─── INPUT DATA ───
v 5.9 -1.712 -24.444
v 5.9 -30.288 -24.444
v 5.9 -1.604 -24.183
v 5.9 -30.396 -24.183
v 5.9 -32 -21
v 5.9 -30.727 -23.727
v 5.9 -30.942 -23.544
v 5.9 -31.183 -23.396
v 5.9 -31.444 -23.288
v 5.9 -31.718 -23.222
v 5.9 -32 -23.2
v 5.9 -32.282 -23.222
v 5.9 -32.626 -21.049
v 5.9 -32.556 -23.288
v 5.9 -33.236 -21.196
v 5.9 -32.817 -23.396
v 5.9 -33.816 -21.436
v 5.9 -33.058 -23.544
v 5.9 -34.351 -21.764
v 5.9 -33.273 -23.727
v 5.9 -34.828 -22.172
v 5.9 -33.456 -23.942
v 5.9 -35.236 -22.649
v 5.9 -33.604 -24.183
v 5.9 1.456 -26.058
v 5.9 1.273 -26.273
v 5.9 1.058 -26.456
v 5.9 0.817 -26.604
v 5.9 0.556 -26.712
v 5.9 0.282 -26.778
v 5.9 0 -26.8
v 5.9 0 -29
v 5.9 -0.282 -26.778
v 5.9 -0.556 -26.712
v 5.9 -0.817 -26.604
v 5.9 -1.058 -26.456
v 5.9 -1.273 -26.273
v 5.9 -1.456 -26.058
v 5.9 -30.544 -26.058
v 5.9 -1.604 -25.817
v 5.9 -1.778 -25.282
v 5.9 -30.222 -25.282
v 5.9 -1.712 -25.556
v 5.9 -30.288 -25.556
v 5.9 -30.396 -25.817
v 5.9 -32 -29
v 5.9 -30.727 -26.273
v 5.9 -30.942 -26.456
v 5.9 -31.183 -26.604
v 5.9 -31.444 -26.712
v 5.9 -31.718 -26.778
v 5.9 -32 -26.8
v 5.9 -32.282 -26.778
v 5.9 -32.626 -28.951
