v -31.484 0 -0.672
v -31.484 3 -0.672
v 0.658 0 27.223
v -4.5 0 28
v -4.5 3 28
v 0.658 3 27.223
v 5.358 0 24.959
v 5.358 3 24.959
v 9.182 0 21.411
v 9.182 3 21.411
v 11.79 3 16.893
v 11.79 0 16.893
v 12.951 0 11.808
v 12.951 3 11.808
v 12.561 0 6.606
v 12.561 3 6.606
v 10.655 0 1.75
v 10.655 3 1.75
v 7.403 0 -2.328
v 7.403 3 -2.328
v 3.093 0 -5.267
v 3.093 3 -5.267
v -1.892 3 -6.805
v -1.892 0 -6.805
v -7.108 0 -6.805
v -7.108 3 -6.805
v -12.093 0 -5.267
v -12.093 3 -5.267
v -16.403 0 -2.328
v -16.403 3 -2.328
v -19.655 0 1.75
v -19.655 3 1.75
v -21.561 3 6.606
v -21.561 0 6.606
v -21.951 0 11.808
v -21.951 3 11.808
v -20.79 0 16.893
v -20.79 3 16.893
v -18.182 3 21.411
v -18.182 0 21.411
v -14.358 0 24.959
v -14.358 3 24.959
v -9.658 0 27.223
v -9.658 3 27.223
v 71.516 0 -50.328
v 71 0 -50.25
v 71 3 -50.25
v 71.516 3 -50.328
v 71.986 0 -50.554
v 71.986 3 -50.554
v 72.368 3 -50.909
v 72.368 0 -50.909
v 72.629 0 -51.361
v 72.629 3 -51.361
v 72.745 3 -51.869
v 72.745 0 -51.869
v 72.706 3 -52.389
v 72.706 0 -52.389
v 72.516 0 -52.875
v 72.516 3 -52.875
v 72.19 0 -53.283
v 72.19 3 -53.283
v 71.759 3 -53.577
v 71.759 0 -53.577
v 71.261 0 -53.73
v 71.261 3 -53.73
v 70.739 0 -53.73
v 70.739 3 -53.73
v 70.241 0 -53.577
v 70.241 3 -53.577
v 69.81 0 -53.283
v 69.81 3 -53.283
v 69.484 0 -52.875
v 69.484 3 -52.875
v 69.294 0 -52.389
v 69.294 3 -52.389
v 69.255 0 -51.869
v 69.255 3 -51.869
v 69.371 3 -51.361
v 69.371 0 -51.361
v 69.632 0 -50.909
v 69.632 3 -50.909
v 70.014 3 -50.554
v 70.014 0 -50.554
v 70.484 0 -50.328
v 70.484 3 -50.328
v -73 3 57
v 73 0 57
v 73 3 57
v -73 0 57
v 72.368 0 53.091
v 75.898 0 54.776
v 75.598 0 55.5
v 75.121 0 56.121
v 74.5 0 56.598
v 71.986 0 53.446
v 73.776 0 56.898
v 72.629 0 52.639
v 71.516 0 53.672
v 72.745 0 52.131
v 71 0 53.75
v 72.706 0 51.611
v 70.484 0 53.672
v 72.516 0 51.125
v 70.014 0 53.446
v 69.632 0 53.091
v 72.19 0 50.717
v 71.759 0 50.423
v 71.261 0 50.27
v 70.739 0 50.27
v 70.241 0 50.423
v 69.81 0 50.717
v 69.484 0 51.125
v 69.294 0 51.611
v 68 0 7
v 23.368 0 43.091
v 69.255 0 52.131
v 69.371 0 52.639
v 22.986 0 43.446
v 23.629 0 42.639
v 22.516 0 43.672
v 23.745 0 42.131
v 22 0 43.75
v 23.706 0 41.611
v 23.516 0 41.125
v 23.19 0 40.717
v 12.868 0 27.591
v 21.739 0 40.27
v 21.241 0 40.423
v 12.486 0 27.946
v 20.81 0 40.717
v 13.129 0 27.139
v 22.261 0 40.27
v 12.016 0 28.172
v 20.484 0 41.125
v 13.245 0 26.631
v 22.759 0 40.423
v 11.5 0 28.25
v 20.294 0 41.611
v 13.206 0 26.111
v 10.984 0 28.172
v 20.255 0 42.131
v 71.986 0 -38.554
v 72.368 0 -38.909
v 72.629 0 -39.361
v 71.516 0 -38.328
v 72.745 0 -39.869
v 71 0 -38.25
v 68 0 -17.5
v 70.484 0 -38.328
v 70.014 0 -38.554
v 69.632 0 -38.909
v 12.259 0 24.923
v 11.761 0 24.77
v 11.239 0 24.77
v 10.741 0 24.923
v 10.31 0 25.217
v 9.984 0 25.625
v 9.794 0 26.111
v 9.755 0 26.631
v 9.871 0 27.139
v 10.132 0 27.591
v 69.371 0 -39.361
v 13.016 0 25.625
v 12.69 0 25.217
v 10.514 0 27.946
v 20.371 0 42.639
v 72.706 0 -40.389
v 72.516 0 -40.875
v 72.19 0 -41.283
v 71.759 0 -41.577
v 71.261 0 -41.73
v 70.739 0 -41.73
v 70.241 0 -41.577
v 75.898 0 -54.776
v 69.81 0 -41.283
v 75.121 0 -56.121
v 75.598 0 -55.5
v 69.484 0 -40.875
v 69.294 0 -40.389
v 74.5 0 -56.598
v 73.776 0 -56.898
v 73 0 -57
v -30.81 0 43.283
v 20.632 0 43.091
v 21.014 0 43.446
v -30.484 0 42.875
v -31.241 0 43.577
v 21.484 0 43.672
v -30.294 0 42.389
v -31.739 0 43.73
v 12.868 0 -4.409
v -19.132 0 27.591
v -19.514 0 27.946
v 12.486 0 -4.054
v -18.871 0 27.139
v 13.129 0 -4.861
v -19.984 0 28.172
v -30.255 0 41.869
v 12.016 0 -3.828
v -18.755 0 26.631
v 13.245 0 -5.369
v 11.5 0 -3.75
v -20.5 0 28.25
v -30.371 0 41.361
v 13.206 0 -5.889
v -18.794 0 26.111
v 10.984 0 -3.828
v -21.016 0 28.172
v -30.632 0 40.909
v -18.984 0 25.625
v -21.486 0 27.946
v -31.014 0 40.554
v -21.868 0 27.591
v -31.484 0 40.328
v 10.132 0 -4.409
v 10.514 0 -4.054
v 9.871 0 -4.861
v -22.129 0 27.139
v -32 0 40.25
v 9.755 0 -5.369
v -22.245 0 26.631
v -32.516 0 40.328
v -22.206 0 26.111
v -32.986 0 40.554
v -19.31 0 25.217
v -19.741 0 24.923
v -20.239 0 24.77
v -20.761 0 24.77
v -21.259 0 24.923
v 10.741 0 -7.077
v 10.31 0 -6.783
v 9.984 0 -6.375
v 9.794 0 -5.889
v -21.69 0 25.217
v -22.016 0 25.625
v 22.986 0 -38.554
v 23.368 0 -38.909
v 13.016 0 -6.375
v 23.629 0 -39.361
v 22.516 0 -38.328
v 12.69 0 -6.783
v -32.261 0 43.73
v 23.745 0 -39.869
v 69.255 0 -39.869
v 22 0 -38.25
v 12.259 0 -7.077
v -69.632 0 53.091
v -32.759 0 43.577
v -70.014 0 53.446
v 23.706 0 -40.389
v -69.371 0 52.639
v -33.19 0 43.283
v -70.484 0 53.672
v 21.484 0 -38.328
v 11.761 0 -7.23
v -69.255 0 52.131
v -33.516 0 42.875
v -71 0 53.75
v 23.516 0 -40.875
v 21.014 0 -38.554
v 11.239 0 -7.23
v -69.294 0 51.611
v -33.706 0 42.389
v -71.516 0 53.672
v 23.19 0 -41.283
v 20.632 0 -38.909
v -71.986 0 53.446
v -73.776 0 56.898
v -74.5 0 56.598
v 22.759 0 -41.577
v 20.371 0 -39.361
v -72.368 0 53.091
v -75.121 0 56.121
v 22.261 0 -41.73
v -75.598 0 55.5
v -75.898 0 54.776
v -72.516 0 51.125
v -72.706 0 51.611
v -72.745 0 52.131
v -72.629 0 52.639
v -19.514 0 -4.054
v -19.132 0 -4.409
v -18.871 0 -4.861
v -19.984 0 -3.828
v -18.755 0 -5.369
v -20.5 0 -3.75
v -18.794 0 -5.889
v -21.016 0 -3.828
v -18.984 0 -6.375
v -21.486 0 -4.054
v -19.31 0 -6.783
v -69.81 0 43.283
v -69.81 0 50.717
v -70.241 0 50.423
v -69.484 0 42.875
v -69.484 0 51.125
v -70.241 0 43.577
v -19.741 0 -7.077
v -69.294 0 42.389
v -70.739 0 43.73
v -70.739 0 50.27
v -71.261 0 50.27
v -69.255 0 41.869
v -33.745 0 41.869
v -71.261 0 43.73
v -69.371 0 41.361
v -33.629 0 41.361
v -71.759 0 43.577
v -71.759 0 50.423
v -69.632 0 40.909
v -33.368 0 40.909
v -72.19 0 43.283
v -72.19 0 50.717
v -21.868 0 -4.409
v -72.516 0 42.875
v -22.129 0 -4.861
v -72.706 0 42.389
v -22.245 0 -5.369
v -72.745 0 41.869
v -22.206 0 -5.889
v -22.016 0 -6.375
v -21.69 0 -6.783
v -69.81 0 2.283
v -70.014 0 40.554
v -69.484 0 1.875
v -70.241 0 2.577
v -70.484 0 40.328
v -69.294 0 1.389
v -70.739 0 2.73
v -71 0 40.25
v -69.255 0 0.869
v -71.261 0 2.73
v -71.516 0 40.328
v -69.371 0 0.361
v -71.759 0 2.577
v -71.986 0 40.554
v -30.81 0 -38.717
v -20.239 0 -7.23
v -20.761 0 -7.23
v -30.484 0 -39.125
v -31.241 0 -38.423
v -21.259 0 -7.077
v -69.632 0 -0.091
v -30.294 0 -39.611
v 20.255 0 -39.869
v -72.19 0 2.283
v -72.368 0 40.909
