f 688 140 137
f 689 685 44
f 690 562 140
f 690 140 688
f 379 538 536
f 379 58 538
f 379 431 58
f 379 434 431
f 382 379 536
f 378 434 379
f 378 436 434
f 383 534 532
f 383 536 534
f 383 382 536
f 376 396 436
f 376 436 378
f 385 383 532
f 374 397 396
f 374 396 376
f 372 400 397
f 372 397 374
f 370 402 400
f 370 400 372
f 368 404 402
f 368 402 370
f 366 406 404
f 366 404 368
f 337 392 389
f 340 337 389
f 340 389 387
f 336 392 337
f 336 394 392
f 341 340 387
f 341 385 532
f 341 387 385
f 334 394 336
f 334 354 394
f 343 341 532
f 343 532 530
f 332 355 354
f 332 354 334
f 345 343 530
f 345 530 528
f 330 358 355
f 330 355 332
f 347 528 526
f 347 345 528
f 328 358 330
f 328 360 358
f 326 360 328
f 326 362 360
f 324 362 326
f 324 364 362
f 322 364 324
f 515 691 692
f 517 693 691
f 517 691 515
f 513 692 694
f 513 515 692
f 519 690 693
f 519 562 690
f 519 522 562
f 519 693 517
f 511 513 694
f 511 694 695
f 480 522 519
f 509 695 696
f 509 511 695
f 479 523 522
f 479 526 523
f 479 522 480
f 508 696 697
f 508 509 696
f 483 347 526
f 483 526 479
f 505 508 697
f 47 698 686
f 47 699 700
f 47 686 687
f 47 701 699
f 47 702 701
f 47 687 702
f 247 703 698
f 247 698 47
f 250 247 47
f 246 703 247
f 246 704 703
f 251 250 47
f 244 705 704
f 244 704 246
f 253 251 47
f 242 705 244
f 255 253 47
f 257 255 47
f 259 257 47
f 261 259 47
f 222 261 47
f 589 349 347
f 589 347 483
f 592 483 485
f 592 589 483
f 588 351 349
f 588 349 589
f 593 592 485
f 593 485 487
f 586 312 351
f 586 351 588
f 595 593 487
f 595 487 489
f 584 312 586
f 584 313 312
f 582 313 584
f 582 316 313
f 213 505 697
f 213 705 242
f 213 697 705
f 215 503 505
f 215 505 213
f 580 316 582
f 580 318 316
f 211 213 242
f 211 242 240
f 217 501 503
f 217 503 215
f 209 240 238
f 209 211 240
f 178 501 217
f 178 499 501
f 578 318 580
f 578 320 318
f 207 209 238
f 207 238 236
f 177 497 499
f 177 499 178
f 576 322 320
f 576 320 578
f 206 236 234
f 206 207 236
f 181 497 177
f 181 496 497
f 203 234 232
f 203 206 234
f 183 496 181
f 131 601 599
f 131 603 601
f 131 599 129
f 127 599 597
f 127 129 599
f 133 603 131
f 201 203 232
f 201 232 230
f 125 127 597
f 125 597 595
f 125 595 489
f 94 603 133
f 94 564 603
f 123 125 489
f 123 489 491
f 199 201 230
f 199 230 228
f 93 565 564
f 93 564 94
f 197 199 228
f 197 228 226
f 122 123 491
───
◆ WHAT THE EXERCISE ASKS:
Everything above from the line with "f 578 318 580" to the line with "f 201 232 230", both included, must be repeated exactly, and nothing outside that range.

◆ RESULT OF THE EXERCISE:
f 578 318 580
f 578 320 318
f 207 209 238
f 207 238 236
f 177 497 499
f 177 499 178
f 576 322 320
f 576 320 578
f 206 236 234
f 206 207 236
f 181 497 177
f 181 496 497
f 203 234 232
f 203 206 234
f 183 496 181
f 131 601 599
f 131 603 601
f 131 599 129
f 127 599 597
f 127 129 599
f 133 603 131
f 201 203 232
f 201 232 230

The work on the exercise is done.